Required action
Please transcribe exactly, and only, the lines of the data below between the line holding "e16 v16 v16" and the line holding "rev [-e17] [e6]", inclusive.

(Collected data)
..............................

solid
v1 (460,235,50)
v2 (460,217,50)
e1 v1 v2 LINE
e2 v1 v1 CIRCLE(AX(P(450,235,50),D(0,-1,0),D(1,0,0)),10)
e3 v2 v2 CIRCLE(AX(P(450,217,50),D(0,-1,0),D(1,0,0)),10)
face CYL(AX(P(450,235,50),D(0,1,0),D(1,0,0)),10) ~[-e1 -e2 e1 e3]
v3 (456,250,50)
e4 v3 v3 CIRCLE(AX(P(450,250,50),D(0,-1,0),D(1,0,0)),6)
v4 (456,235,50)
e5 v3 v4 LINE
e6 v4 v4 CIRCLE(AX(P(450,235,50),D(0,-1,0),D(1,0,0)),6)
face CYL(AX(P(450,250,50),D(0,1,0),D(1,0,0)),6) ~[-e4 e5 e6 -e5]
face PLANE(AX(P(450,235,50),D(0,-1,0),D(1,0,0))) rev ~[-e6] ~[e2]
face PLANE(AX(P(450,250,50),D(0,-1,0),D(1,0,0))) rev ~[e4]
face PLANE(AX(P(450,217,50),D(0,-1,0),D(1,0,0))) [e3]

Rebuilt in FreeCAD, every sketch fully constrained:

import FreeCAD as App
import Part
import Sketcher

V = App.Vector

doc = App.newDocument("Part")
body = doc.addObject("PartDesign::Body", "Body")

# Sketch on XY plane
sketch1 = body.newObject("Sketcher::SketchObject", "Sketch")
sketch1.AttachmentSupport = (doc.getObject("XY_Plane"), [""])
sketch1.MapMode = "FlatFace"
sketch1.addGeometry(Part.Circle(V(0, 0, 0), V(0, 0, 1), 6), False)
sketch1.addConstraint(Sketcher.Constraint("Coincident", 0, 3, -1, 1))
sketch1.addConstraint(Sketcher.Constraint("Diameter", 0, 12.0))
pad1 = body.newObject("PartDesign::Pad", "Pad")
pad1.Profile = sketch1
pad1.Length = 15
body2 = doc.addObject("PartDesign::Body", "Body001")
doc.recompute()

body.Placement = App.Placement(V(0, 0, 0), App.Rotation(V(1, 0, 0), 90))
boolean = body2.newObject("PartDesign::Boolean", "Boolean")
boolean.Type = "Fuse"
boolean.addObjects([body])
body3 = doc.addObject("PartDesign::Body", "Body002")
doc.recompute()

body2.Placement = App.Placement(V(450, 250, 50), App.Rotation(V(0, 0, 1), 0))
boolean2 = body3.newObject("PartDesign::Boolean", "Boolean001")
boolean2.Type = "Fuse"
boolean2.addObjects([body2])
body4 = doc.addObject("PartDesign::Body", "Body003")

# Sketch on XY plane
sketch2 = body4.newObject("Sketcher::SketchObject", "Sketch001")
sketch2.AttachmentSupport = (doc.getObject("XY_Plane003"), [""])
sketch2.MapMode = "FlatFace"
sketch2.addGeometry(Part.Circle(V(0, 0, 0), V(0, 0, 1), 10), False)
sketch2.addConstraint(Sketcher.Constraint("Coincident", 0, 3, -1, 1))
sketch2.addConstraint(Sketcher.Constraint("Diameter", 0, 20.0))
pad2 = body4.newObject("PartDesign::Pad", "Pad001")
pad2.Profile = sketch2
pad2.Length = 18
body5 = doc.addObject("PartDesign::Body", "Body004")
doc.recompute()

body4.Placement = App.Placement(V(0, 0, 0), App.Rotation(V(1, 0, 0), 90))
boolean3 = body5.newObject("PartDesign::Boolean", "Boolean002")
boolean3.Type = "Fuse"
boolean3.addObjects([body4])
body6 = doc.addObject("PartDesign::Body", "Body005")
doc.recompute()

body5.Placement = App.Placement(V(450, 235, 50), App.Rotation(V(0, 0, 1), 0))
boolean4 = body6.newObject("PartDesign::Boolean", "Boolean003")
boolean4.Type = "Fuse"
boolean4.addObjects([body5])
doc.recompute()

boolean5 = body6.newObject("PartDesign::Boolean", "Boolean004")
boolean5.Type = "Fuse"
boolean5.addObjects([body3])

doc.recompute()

..............................

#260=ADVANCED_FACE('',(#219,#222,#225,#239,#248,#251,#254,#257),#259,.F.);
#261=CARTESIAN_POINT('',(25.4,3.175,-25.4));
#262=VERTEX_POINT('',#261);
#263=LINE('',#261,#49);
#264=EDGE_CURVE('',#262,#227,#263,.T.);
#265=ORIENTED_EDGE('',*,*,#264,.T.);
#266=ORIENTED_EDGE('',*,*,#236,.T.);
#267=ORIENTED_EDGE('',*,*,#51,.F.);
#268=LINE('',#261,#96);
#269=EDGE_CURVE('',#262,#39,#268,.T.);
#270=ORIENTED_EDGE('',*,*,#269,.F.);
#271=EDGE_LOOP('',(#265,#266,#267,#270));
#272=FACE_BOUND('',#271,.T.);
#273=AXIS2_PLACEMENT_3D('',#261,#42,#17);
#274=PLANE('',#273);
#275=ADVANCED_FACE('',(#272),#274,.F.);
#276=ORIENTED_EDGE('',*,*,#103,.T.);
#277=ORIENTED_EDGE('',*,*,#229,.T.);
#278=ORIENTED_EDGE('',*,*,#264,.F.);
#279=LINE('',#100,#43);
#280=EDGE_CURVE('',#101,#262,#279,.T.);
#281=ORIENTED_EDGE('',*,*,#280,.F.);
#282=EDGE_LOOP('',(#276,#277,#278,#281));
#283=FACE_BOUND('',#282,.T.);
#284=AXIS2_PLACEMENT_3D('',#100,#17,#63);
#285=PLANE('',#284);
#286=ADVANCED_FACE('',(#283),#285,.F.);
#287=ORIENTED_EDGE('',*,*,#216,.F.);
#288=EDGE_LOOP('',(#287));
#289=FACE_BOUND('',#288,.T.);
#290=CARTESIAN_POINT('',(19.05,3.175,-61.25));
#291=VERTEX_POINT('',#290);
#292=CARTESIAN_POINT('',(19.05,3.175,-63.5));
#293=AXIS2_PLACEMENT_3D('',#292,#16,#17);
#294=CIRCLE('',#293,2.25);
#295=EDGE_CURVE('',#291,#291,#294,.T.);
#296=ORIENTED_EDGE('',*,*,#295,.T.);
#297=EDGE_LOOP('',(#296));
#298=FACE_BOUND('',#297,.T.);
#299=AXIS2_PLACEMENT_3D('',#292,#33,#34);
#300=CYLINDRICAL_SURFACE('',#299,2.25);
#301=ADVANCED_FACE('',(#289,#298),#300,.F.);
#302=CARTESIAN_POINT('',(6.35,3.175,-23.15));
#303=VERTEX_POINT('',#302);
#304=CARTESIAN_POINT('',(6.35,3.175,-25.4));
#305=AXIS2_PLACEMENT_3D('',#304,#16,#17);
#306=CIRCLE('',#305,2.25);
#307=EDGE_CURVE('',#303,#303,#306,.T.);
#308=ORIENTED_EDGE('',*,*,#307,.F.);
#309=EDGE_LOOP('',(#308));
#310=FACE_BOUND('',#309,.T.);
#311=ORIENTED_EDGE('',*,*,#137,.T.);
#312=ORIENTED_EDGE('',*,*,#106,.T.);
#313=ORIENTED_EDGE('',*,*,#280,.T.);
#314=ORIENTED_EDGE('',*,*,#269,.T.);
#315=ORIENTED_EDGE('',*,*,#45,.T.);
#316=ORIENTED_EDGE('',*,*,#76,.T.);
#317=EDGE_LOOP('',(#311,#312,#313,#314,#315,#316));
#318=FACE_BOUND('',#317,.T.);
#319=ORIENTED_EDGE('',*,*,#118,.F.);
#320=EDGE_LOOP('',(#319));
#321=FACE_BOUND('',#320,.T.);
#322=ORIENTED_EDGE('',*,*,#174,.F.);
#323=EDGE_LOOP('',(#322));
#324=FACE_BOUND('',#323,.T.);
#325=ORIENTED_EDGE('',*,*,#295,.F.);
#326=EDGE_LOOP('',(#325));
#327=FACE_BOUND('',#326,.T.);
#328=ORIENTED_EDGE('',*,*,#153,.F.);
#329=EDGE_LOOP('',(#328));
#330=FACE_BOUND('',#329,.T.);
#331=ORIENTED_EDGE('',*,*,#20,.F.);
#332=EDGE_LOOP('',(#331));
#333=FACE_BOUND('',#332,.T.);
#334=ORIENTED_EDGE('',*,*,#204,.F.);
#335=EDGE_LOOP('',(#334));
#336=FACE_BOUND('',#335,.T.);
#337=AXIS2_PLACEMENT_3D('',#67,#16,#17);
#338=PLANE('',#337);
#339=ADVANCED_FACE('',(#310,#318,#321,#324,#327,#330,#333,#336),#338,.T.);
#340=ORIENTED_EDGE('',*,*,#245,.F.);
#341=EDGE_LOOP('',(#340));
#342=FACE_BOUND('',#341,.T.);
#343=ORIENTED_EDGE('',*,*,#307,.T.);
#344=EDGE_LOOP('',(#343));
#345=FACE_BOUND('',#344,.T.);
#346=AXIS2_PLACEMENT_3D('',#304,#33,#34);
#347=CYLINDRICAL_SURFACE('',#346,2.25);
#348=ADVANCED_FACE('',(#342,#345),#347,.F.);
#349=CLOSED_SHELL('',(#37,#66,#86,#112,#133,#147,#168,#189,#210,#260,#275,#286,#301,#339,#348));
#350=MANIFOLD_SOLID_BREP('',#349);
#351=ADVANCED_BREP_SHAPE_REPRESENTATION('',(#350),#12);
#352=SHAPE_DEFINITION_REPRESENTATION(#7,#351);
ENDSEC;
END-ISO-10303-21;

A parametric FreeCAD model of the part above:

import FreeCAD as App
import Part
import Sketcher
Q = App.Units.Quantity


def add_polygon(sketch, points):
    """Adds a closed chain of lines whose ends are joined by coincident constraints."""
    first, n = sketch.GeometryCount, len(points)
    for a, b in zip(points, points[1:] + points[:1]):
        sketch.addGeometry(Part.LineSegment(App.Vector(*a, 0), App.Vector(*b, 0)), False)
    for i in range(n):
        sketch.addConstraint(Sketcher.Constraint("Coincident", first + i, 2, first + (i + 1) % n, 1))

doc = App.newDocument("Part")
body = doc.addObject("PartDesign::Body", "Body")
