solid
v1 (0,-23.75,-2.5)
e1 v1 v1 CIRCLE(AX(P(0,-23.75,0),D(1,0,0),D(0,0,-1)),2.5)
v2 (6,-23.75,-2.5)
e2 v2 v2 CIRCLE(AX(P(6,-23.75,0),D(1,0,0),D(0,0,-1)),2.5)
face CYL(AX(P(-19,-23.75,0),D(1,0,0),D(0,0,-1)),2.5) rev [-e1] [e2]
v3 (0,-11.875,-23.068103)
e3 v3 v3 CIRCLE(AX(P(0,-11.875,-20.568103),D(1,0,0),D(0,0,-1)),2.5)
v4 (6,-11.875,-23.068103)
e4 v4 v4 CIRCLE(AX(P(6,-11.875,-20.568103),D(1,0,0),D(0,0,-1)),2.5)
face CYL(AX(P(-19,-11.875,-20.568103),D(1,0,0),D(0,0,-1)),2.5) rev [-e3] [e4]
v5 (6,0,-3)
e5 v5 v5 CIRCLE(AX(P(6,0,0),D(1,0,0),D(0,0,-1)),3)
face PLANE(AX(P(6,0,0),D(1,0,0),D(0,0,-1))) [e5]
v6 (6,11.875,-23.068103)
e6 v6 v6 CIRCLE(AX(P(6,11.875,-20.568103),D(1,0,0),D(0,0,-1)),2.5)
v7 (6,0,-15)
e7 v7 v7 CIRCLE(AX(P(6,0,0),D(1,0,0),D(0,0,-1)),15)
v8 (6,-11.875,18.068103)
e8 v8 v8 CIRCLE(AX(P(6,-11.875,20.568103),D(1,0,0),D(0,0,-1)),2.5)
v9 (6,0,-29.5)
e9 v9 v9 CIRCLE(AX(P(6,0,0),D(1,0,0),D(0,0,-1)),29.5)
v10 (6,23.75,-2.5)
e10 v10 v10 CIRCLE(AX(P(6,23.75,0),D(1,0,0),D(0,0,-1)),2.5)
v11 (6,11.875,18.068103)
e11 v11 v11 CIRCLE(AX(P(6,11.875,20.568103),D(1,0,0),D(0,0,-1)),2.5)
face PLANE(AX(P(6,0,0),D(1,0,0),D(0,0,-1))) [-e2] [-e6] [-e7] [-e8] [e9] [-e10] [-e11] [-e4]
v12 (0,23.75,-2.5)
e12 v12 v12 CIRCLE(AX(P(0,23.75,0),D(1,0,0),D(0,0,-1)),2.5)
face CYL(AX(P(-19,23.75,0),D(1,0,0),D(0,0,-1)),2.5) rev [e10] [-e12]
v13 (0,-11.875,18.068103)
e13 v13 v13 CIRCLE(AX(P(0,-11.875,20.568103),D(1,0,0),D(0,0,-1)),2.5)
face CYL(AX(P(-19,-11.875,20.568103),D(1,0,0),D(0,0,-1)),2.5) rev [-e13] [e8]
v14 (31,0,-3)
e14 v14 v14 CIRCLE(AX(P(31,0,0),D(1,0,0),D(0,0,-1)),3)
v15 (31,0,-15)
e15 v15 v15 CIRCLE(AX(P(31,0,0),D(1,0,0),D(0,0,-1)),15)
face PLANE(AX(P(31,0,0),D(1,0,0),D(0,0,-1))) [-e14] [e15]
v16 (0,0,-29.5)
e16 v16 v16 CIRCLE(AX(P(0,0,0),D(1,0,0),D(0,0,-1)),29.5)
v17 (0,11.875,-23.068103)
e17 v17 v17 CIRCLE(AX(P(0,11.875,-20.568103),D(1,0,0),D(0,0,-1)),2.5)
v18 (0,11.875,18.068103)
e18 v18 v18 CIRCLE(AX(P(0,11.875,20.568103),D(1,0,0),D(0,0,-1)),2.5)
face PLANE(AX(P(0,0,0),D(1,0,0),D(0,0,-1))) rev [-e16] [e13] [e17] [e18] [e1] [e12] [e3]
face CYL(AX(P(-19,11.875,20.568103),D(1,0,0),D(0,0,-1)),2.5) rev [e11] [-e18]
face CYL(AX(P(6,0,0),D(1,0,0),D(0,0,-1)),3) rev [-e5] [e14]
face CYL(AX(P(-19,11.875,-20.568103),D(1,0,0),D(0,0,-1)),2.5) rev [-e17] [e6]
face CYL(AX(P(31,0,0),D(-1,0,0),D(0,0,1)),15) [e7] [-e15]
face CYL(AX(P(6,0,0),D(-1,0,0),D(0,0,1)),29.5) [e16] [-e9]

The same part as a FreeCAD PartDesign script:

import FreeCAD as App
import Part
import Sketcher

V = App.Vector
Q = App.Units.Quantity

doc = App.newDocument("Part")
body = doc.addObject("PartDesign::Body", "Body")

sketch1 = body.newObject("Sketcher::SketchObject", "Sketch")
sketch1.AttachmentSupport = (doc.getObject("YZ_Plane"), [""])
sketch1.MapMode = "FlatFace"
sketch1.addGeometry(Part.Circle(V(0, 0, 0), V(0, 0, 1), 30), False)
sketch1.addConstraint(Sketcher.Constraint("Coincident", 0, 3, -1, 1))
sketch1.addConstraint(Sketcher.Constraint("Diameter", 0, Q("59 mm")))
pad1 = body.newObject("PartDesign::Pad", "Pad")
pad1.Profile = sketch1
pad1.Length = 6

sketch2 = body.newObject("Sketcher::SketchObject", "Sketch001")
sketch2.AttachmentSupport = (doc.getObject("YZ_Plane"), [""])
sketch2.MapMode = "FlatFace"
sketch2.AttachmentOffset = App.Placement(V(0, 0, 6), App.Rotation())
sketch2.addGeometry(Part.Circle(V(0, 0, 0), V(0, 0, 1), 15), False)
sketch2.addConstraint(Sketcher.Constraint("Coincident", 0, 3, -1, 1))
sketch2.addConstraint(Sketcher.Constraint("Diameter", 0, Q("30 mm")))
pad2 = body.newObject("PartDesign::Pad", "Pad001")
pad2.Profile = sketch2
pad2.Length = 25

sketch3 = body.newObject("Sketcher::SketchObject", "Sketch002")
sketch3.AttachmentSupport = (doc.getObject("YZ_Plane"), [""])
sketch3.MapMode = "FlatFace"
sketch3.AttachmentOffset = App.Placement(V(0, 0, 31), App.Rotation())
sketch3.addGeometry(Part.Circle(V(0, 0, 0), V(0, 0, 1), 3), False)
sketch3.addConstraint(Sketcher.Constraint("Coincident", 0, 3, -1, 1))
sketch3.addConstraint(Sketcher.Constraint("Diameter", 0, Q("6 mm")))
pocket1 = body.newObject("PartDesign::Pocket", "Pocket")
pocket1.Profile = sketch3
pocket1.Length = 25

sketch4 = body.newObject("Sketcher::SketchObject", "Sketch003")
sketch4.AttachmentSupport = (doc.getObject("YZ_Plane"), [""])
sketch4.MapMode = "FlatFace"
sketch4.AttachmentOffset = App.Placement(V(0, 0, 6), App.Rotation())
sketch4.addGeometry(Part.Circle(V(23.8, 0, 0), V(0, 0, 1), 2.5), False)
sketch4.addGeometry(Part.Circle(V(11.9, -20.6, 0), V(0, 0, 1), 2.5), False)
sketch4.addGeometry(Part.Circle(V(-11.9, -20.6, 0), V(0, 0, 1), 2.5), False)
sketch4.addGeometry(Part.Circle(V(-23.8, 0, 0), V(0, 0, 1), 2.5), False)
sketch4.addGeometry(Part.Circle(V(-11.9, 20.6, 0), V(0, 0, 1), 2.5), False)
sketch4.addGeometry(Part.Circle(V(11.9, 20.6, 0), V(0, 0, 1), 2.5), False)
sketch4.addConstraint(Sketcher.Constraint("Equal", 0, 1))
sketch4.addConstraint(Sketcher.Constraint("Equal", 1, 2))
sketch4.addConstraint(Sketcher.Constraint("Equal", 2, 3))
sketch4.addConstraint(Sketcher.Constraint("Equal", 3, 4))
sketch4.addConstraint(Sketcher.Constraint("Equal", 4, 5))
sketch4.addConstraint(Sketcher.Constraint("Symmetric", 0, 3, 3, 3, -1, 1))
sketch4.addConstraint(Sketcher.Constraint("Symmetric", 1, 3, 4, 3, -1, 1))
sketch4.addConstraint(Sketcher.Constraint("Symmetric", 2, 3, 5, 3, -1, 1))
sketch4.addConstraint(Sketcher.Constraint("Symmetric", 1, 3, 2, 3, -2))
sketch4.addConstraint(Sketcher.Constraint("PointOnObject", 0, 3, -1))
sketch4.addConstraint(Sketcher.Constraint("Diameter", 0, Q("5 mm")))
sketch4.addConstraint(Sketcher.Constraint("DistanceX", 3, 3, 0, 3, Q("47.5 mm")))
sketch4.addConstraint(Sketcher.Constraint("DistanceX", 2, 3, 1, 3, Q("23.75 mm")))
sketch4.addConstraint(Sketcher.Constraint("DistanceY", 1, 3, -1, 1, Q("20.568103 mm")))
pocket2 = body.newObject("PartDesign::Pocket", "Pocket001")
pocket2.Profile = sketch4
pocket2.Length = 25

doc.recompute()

..............................

Result of the exercise
e16 v16 v16 CIRCLE(AX(P(0,0,0),D(1,0,0),D(0,0,-1)),29.5)
v17 (0,11.875,-23.068103)
e17 v17 v17 CIRCLE(AX(P(0,11.875,-20.568103),D(1,0,0),D(0,0,-1)),2.5)
v18 (0,11.875,18.068103)
e18 v18 v18 CIRCLE(AX(P(0,11.875,20.568103),D(1,0,0),D(0,0,-1)),2.5)
face PLANE(AX(P(0,0,0),D(1,0,0),D(0,0,-1))) rev [-e16] [e13] [e17] [e18] [e1] [e12] [e3]
face CYL(AX(P(-19,11.875,20.568103),D(1,0,0),D(0,0,-1)),2.5) rev [e11] [-e18]
face CYL(AX(P(6,0,0),D(1,0,0),D(0,0,-1)),3) rev [-e5] [e14]
face CYL(AX(P(-19,11.875,-20.568103),D(1,0,0),D(0,0,-1)),2.5) rev [-e17] [e6]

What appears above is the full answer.